▶ About this task:
Lines to restate from the data below: from the one containing "e57 v44 v5 LINE" to the one containing "e63 v46 v27 LINE", both included. Give them again exactly, and only them.

▶ Study material:
== Segment start ==

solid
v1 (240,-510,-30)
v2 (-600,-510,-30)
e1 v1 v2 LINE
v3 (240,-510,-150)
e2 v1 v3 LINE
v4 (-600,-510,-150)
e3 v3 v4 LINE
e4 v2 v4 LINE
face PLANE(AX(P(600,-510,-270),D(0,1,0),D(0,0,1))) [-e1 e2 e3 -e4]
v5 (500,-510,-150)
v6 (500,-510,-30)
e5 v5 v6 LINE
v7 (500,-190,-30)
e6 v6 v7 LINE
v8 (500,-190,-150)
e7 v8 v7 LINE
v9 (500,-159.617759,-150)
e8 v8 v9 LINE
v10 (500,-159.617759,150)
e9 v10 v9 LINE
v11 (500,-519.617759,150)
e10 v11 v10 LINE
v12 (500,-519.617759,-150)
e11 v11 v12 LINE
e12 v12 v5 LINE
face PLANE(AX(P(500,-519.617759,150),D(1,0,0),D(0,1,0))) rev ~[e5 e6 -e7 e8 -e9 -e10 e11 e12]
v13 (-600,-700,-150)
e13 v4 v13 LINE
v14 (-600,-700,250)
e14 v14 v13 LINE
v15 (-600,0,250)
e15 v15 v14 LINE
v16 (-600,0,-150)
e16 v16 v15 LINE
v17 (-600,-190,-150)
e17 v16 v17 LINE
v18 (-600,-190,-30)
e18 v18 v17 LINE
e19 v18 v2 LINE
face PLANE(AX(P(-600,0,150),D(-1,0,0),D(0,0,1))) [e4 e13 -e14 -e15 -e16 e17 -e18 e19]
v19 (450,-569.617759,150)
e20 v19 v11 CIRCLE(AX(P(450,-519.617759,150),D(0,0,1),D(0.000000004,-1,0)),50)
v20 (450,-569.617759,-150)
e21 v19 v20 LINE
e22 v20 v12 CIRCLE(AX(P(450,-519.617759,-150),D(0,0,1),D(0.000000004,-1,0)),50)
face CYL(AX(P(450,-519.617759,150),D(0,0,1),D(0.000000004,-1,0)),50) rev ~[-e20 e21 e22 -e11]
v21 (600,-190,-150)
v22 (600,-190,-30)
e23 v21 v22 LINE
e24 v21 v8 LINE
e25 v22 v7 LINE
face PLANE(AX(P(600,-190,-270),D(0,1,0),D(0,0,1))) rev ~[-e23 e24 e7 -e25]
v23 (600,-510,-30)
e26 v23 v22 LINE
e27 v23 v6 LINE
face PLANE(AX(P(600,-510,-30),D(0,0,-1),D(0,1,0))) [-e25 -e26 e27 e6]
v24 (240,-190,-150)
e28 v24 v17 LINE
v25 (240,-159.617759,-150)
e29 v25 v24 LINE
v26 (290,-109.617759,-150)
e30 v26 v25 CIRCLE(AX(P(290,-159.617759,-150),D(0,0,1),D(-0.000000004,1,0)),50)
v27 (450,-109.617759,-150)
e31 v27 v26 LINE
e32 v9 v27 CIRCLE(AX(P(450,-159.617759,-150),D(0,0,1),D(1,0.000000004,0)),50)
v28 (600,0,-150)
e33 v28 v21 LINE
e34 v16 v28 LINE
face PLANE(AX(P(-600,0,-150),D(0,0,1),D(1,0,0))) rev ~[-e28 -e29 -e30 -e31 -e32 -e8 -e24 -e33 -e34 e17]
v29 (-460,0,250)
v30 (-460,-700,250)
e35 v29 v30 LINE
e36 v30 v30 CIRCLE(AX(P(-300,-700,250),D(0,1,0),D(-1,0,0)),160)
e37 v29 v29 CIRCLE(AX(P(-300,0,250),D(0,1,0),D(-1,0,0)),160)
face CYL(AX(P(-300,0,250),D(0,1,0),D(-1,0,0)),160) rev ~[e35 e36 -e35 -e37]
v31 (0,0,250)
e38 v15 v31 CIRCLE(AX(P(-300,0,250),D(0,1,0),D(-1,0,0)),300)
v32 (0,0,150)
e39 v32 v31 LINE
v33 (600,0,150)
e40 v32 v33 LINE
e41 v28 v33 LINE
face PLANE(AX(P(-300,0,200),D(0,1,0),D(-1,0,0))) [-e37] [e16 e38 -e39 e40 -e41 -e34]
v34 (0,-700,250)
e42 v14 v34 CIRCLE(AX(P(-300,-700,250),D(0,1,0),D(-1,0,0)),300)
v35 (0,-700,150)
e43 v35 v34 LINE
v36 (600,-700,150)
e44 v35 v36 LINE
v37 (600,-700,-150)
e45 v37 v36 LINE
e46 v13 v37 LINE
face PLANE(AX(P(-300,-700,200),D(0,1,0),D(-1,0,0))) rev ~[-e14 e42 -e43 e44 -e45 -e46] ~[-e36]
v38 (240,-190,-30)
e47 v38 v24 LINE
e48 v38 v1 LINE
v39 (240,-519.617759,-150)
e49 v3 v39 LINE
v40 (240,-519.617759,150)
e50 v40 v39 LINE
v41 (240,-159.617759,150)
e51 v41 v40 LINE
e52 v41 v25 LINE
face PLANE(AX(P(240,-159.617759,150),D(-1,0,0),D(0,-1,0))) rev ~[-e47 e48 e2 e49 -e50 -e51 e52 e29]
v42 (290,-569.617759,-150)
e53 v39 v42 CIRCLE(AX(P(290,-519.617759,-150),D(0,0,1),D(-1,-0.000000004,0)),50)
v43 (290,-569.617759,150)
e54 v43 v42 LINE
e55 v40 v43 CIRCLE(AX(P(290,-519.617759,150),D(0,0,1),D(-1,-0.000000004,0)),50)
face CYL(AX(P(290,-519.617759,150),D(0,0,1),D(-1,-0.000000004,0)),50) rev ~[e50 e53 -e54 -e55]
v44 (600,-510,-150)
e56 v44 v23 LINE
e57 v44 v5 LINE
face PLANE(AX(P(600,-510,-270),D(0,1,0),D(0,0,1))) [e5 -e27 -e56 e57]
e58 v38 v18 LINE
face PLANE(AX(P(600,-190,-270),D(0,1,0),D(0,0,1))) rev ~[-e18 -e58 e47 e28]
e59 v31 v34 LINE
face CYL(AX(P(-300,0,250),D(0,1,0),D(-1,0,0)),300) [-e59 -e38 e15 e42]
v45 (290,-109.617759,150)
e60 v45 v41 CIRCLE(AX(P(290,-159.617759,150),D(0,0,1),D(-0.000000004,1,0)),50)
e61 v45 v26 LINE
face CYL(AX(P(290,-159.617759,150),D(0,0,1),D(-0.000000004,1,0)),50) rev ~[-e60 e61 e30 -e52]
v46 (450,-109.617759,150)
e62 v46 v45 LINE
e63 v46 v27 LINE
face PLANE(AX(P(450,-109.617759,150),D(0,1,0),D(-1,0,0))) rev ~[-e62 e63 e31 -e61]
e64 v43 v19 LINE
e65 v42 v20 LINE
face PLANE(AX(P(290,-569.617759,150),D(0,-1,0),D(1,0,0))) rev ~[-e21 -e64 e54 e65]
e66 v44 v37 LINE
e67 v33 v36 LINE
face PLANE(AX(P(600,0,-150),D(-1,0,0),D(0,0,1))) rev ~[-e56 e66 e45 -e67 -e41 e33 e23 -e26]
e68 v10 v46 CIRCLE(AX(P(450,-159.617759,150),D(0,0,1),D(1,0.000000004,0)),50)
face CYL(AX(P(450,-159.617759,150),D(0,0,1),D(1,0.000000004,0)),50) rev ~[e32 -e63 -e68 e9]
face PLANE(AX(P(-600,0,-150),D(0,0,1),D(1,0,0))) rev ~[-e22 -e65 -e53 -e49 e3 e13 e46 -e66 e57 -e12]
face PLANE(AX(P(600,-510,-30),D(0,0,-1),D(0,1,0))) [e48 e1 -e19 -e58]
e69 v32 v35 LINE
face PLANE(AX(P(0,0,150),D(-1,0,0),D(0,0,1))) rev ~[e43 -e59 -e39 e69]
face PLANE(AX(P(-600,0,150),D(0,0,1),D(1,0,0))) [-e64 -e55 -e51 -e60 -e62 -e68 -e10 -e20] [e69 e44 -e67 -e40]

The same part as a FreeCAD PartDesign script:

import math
import FreeCAD as App
import Part
import Sketcher

V = App.Vector


def add_polygon(sketch, points):
    """Adds a closed chain of lines whose ends are joined by coincident constraints."""
    first, n = sketch.GeometryCount, len(points)
    for a, b in zip(points, points[1:] + points[:1]):
        sketch.addGeometry(Part.LineSegment(App.Vector(*a, 0), App.Vector(*b, 0)), False)
    for i in range(n):
        sketch.addConstraint(Sketcher.Constraint("Coincident", first + i, 2, first + (i + 1) % n, 1))

doc = App.newDocument("Part")
params = doc.addObject("Spreadsheet::Sheet", "Params")
for row, (alias, value) in enumerate([
    ("sketch1_width", "1200 mm"),
    ("sketch1_height", "300 mm"),
    ("pad1_length", "700 mm"),
    ("sketch2_radius", "300 mm"),
    ("sketch2_height", "100 mm"),
    ("pad2_length", "700 mm"),
    ("sketch3_diameter", "320 mm"),
    ("sketch4_radius", "50 mm"),
    ("sketch4_width", "160 mm"),
    ("sketch4_height", "360 mm"),
    ("sketch5_width", "320 mm"),
    ("sketch5_height", "240 mm"),
], start=1):
    params.set(f"A{row}", alias)
    params.set(f"B{row}", "=" + value)
    params.setAlias(f"B{row}", alias)

body = doc.addObject("PartDesign::Body", "Body")

sketch1 = body.newObject("Sketcher::SketchObject", "Sketch")
sketch1.AttachmentSupport = (doc.getObject("XZ_Plane"), [""])
sketch1.MapMode = "FlatFace"
add_polygon(sketch1, [(-600, 150), (-600, -150), (600, -150), (600, 150)])
sketch1.addConstraint([
    Sketcher.Constraint("Vertical", 0),
    Sketcher.Constraint("Horizontal", 1),
    Sketcher.Constraint("Vertical", 2),
    Sketcher.Constraint("Horizontal", 3),
    Sketcher.Constraint("Symmetric", 0, 2, 2, 2, -1, 1),
    Sketcher.Constraint("DistanceX", 1, 1, 1, 2, 1200.0),
    Sketcher.Constraint("DistanceY", 0, 2, 0, 1, 300.0),
])
sketch1.setExpression("Constraints[9]", "Params.sketch1_width")
sketch1.setExpression("Constraints[10]", "Params.sketch1_height")
pad1 = body.newObject("PartDesign::Pad", "Pad")
pad1.Profile = sketch1
pad1.setExpression("Length", "Params.pad1_length")

sketch2 = body.newObject("Sketcher::SketchObject", "Sketch001")
sketch2.AttachmentSupport = (doc.getObject("XZ_Plane"), [""])
sketch2.MapMode = "FlatFace"
sketch2.addGeometry([
    Part.LineSegment(V(0, 250, 0), V(0, 150, 0)),
    Part.LineSegment(V(0, 150, 0), V(-600, 150, 0)),
    Part.LineSegment(V(-600, 150, 0), V(-600, 250, 0)),
    Part.ArcOfCircle(Part.Circle(V(-300, 250, 0), V(0, 0, 1), 300), math.radians(0), math.radians(180)),
], False)
sketch2.addConstraint([
    Sketcher.Constraint("Coincident", 0, 2, 1, 1),
    Sketcher.Constraint("Coincident", 1, 2, 2, 1),
    Sketcher.Constraint("Tangent", 2, 2, 3, 2),
    Sketcher.Constraint("Tangent", 3, 1, 0, 1),
    Sketcher.Constraint("Vertical", 0),
    Sketcher.Constraint("Horizontal", 1),
    Sketcher.Constraint("Vertical", 2),
    Sketcher.Constraint("PointOnObject", 0, 2, -2),
    Sketcher.Constraint("Radius", 3, 300.0),
    Sketcher.Constraint("DistanceY", 0, 2, 0, 1, 100.0),
    Sketcher.Constraint("DistanceY", -1, 1, 3, 3, 250.0),
])
sketch2.setExpression("Constraints[8]", "Params.sketch2_radius")
sketch2.setExpression("Constraints[9]", "Params.sketch2_height")
pad2 = body.newObject("PartDesign::Pad", "Pad001")
pad2.Profile = sketch2
pad2.setExpression("Length", "Params.pad2_length")

sketch3 = body.newObject("Sketcher::SketchObject", "Sketch002")
sketch3.AttachmentSupport = (doc.getObject("XZ_Plane"), [""])
sketch3.MapMode = "FlatFace"
sketch3.addGeometry(Part.Circle(V(-300, 250, 0), V(0, 0, 1), 160), False)
sketch3.addConstraint([
    Sketcher.Constraint("Diameter", 0, 320.0),
    Sketcher.Constraint("DistanceX", 0, 3, -1, 1, 300.0),
    Sketcher.Constraint("DistanceY", -1, 1, 0, 3, 250.0),
])
sketch3.setExpression("Constraints[0]", "Params.sketch3_diameter")
pocket1 = body.newObject("PartDesign::Pocket", "Pocket")
pocket1.Profile = sketch3
pocket1.Type = "ThroughAll"
pocket1.Reversed = True

sketch4 = body.newObject("Sketcher::SketchObject", "Sketch003")
sketch4.AttachmentSupport = (doc.getObject("XY_Plane"), [""])
sketch4.MapMode = "FlatFace"
sketch4.AttachmentOffset = App.Placement(V(0, 0, 150), App.Rotation())
sketch4.addGeometry([
    Part.LineSegment(V(450, -110, 0), V(290, -110, 0)),
    Part.ArcOfCircle(Part.Circle(V(290, -160, 0), V(0, 0, 1), 50), math.radians(90), math.radians(180)),
    Part.LineSegment(V(240, -160, 0), V(240, -520, 0)),
    Part.ArcOfCircle(Part.Circle(V(290, -520, 0), V(0, 0, 1), 50), math.radians(-180), math.radians(-90)),
    Part.LineSegment(V(290, -570, 0), V(450, -570, 0)),
    Part.ArcOfCircle(Part.Circle(V(450, -520, 0), V(0, 0, 1), 50), math.radians(-90), math.radians(0)),
    Part.LineSegment(V(500, -520, 0), V(500, -160, 0)),
    Part.ArcOfCircle(Part.Circle(V(450, -160, 0), V(0, 0, 1), 50), math.radians(0), math.radians(90)),
], False)
sketch4.addConstraint([
    Sketcher.Constraint("Tangent", 0, 2, 1, 1),
    Sketcher.Constraint("Tangent", 1, 2, 2, 1),
    Sketcher.Constraint("Tangent", 2, 2, 3, 1),
    Sketcher.Constraint("Tangent", 3, 2, 4, 1),
    Sketcher.Constraint("Tangent", 4, 2, 5, 1),
    Sketcher.Constraint("Tangent", 5, 2, 6, 1),
    Sketcher.Constraint("Tangent", 6, 2, 7, 1),
    Sketcher.Constraint("Tangent", 7, 2, 0, 1),
    Sketcher.Constraint("Horizontal", 0),
    Sketcher.Constraint("Vertical", 2),
    Sketcher.Constraint("Horizontal", 4),
    Sketcher.Constraint("Vertical", 6),
    Sketcher.Constraint("Equal", 1, 3),
    Sketcher.Constraint("Equal", 3, 5),
    Sketcher.Constraint("Equal", 5, 7),
    Sketcher.Constraint("Radius", 1, 50.0),
    Sketcher.Constraint("DistanceX", 0, 2, 0, 1, 160.0),
    Sketcher.Constraint("DistanceY", 2, 2, 2, 1, 360.0),
    Sketcher.Constraint("DistanceX", -1, 1, 1, 3, 290.0),
    Sketcher.Constraint("DistanceY", 1, 3, -1, 1, 159.617759),
])
sketch4.setExpression("Constraints[15]", "Params.sketch4_radius")
sketch4.setExpression("Constraints[16]", "Params.sketch4_width")
sketch4.setExpression("Constraints[17]", "Params.sketch4_height")
pocket2 = body.newObject("PartDesign::Pocket", "Pocket001")
pocket2.Profile = sketch4
pocket2.Type = "ThroughAll"

sketch5 = body.newObject("Sketcher::SketchObject", "Sketch004")
sketch5.AttachmentSupport = (doc.getObject("YZ_Plane"), [""])
sketch5.MapMode = "FlatFace"
sketch5.AttachmentOffset = App.Placement(V(0, 0, 600), App.Rotation())
add_polygon(sketch5, [(-510, -30), (-510, -270), (-190, -270), (-190, -30)])
sketch5.addConstraint([
    Sketcher.Constraint("Vertical", 0),
    Sketcher.Constraint("Horizontal", 1),
    Sketcher.Constraint("Vertical", 2),
    Sketcher.Constraint("Horizontal", 3),
    Sketcher.Constraint("DistanceX", 1, 1, 1, 2, 320.0),
    Sketcher.Constraint("DistanceY", 0, 2, 0, 1, 240.0),
    Sketcher.Constraint("DistanceX", 0, 2, -1, 1, 510.0),
    Sketcher.Constraint("DistanceY", 0, 2, -1, 1, 270.0),
])
sketch5.setExpression("Constraints[8]", "Params.sketch5_width")
sketch5.setExpression("Constraints[9]", "Params.sketch5_height")
pocket3 = body.newObject("PartDesign::Pocket", "Pocket002")
pocket3.Profile = sketch5
pocket3.Type = "ThroughAll"

doc.recompute()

== Segment end ==

▶ Written response:
e57 v44 v5 LINE
face PLANE(AX(P(600,-510,-270),D(0,1,0),D(0,0,1))) [e5 -e27 -e56 e57]
e58 v38 v18 LINE
face PLANE(AX(P(600,-190,-270),D(0,1,0),D(0,0,1))) rev ~[-e18 -e58 e47 e28]
e59 v31 v34 LINE
face CYL(AX(P(-300,0,250),D(0,1,0),D(-1,0,0)),300) [-e59 -e38 e15 e42]
v45 (290,-109.617759,150)
e60 v45 v41 CIRCLE(AX(P(290,-159.617759,150),D(0,0,1),D(-0.000000004,1,0)),50)
e61 v45 v26 LINE
face CYL(AX(P(290,-159.617759,150),D(0,0,1),D(-0.000000004,1,0)),50) rev ~[-e60 e61 e30 -e52]
v46 (450,-109.617759,150)
e62 v46 v45 LINE
e63 v46 v27 LINE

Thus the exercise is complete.